_WORK TO COMPLETE_:
From the entries below, reproduce exactly the line containing "v 17.469 26.196 8", the line containing "v 51 18.5 0", and every line in between, with nothing added.

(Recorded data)
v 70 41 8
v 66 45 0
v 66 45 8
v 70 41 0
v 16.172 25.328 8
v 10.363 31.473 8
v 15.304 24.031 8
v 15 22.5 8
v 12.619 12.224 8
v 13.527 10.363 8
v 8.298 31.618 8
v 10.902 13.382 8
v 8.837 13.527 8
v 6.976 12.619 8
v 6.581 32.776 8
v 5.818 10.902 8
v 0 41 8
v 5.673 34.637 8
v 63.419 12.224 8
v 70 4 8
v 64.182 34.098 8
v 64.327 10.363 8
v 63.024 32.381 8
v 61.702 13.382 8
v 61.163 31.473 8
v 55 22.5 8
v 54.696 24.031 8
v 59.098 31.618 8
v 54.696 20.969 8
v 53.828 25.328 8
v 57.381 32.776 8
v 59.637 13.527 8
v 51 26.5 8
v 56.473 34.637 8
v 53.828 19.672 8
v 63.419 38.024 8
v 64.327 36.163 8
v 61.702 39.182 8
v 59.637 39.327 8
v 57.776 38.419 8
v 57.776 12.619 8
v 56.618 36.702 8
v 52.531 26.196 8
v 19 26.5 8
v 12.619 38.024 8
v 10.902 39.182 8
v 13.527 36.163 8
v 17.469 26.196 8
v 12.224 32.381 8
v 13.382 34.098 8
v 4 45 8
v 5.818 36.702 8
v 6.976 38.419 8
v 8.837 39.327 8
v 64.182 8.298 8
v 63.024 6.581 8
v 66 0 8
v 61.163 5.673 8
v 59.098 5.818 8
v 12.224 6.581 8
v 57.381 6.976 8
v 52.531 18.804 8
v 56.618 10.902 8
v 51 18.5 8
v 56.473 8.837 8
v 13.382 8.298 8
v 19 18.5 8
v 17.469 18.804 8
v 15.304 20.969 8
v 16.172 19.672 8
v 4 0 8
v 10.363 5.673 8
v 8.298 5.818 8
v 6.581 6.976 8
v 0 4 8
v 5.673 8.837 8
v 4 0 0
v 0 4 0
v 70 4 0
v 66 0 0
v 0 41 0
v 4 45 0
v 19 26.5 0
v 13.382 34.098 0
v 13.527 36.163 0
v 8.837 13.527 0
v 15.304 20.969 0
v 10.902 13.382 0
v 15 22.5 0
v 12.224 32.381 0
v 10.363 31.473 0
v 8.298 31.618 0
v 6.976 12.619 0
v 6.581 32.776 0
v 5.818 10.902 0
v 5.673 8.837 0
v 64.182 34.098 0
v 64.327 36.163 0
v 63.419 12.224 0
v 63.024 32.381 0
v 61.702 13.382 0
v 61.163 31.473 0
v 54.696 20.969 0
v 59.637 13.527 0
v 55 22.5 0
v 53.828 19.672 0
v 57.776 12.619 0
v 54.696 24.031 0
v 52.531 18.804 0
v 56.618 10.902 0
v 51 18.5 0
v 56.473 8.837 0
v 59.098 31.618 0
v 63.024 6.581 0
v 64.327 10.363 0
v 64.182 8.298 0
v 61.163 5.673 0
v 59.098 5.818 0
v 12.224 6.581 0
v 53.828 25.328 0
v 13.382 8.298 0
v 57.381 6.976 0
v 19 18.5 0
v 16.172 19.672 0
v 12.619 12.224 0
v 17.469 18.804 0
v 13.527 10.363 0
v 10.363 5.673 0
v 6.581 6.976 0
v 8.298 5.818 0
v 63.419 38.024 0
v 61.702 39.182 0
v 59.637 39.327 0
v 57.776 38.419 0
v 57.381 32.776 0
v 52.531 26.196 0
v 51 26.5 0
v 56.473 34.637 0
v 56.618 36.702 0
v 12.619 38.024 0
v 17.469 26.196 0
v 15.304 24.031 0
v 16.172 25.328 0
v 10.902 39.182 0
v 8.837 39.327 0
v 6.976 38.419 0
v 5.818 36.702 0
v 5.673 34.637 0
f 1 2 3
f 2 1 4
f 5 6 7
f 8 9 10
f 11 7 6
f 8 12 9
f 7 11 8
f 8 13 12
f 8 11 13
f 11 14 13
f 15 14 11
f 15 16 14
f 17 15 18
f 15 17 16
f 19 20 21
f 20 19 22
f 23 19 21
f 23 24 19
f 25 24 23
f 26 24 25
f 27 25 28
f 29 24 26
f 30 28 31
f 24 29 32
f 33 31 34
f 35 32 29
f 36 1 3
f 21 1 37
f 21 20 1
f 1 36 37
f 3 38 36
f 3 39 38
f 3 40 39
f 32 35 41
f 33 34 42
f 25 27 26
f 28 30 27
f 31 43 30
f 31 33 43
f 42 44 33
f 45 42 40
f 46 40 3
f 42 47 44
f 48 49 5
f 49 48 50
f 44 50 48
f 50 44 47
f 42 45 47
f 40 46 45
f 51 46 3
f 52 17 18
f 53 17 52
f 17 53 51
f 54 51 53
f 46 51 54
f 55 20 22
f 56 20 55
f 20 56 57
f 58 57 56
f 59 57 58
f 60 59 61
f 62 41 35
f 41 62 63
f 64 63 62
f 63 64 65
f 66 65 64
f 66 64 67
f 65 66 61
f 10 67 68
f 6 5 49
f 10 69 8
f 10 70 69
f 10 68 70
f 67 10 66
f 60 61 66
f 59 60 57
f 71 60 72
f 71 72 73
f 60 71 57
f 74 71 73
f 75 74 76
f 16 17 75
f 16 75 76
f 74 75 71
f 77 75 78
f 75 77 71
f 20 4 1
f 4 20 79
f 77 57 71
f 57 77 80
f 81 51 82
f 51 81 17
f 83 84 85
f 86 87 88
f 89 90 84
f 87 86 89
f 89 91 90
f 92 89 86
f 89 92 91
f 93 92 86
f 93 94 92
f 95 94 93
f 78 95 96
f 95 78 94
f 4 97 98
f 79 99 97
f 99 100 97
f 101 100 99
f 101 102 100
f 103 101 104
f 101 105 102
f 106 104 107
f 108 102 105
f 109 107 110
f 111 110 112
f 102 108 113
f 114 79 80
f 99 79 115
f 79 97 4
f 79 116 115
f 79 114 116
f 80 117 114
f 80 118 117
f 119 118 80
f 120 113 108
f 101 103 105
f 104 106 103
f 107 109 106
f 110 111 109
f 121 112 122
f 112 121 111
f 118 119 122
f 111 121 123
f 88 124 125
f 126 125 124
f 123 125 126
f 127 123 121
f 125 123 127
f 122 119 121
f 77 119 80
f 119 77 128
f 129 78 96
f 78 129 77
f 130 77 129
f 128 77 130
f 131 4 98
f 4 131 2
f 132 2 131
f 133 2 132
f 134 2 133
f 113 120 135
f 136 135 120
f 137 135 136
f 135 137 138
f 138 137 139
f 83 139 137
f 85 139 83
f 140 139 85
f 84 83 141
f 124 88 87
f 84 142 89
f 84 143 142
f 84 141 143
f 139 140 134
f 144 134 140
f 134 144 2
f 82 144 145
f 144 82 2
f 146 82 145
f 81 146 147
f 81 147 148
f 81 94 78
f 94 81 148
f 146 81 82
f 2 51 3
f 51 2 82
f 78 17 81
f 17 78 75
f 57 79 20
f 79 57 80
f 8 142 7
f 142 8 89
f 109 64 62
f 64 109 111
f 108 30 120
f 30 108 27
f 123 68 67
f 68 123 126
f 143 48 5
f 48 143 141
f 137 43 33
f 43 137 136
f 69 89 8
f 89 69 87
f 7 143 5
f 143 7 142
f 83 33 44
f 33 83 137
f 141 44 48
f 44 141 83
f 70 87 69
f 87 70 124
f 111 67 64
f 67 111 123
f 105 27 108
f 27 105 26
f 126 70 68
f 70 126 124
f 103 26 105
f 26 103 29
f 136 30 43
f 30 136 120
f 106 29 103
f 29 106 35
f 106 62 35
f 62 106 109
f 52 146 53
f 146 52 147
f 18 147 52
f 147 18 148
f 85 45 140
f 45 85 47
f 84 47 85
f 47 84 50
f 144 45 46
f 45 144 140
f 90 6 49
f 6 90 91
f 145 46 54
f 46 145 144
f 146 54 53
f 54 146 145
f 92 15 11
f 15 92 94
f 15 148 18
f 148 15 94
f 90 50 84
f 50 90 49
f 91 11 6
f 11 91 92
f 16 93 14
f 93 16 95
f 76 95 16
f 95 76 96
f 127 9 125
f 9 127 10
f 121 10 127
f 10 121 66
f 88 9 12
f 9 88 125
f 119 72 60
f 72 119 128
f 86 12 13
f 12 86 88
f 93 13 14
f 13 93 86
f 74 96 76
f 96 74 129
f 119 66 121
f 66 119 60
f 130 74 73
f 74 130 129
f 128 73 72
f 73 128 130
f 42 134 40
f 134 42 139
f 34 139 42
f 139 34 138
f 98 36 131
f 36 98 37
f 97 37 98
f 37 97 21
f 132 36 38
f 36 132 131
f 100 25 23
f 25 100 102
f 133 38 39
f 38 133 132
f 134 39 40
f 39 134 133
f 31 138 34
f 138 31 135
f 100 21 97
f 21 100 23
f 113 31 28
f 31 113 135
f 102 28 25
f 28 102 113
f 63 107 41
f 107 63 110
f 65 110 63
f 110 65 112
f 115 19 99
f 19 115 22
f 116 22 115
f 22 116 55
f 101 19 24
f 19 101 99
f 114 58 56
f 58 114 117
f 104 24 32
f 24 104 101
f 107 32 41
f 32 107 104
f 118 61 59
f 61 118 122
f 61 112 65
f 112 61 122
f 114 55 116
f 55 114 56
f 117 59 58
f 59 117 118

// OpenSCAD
$fn = 32;

// ----------------------------------------------------------------------
// Bracket plate: slot plate 70 x 45
// ----------------------------------------------------------------------

// --- parameters (mm) ---
hole_r = 4;               // bolt hole radius
plate_t = 8;              // plate thickness, Z (extrusion height)
plate_l = 70;             // plate length
plate_w = 45;             // plate width
slot_l = 32;              // slot straight length
slot_r = 4;               // slot end radius

slot_len = slot_l + 2 * slot_r;
slot_w = 2 * slot_r;
hole_d2 = 2 * hole_r;

profile = [[4, 0], [66, 0], [70, 4], [70, 41], [66, 45], [4, 45], [0, 41], [0, 4]];  // primary outline, 8 points, counter clockwise
void_1 = [[51, 18.5], [52.531, 18.804], [53.828, 19.672], [54.696, 20.969], [55, 22.5], [54.696, 24.031], [53.828, 25.328], [52.531, 26.196], [51, 26.5], [19, 26.5], [17.469, 26.196], [16.172, 25.328], [15.304, 24.031], [15, 22.5], [15.304, 20.969], [16.172, 19.672], [17.469, 18.804], [19, 18.5]];  // grip slot, 18 points
void_2 = [[13.527, 36.163], [12.619, 38.024], [10.902, 39.182], [8.837, 39.327], [6.976, 38.419], [5.818, 36.702], [5.673, 34.637], [6.581, 32.776], [8.298, 31.618], [10.363, 31.473], [12.224, 32.381], [13.382, 34.098]];  // corner hole, 12 points
void_3 = [[13.527, 10.363], [12.619, 12.224], [10.902, 13.382], [8.837, 13.527], [6.976, 12.619], [5.818, 10.902], [5.673, 8.837], [6.581, 6.976], [8.298, 5.818], [10.363, 5.673], [12.224, 6.581], [13.382, 8.298]];  // corner hole, 12 points
void_4 = [[64.327, 36.163], [63.419, 38.024], [61.702, 39.182], [59.637, 39.327], [57.776, 38.419], [56.618, 36.702], [56.473, 34.637], [57.381, 32.776], [59.098, 31.618], [61.163, 31.473], [63.024, 32.381], [64.182, 34.098]];  // corner hole, 12 points
void_5 = [[64.327, 10.363], [63.419, 12.224], [61.702, 13.382], [59.637, 13.527], [57.776, 12.619], [56.618, 10.902], [56.473, 8.837], [57.381, 6.976], [59.098, 5.818], [61.163, 5.673], [63.024, 6.581], [64.182, 8.298]];  // corner hole, 12 points

// --- the one profile operation ---
difference() {
  linear_extrude(height = plate_t) polygon(points = profile);
  translate([0, 0, -1])
    linear_extrude(height = plate_t + 2) polygon(points = void_1);
  translate([0, 0, -1])
    linear_extrude(height = plate_t + 2) polygon(points = void_2);
  translate([0, 0, -1])
    linear_extrude(height = plate_t + 2) polygon(points = void_3);
  translate([0, 0, -1])
    linear_extrude(height = plate_t + 2) polygon(points = void_4);
  translate([0, 0, -1])
    linear_extrude(height = plate_t + 2) polygon(points = void_5);
}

_SOLVED EXERCISE_:
v 17.469 26.196 8
v 12.224 32.381 8
v 13.382 34.098 8
v 4 45 8
v 5.818 36.702 8
v 6.976 38.419 8
v 8.837 39.327 8
v 64.182 8.298 8
v 63.024 6.581 8
v 66 0 8
v 61.163 5.673 8
v 59.098 5.818 8
v 12.224 6.581 8
v 57.381 6.976 8
v 52.531 18.804 8
v 56.618 10.902 8
v 51 18.5 8
v 56.473 8.837 8
v 13.382 8.298 8
v 19 18.5 8
v 17.469 18.804 8
v 15.304 20.969 8
v 16.172 19.672 8
v 4 0 8
v 10.363 5.673 8
v 8.298 5.818 8
v 6.581 6.976 8
v 0 4 8
v 5.673 8.837 8
v 4 0 0
v 0 4 0
v 70 4 0
v 66 0 0
v 0 41 0
v 4 45 0
v 19 26.5 0
v 13.382 34.098 0
v 13.527 36.163 0
v 8.837 13.527 0
v 15.304 20.969 0
v 10.902 13.382 0
v 15 22.5 0
v 12.224 32.381 0
v 10.363 31.473 0
v 8.298 31.618 0
v 6.976 12.619 0
v 6.581 32.776 0
v 5.818 10.902 0
v 5.673 8.837 0
v 64.182 34.098 0
v 64.327 36.163 0
v 63.419 12.224 0
v 63.024 32.381 0
v 61.702 13.382 0
v 61.163 31.473 0
v 54.696 20.969 0
v 59.637 13.527 0
v 55 22.5 0
v 53.828 19.672 0
v 57.776 12.619 0
v 54.696 24.031 0
v 52.531 18.804 0
v 56.618 10.902 0
v 51 18.5 0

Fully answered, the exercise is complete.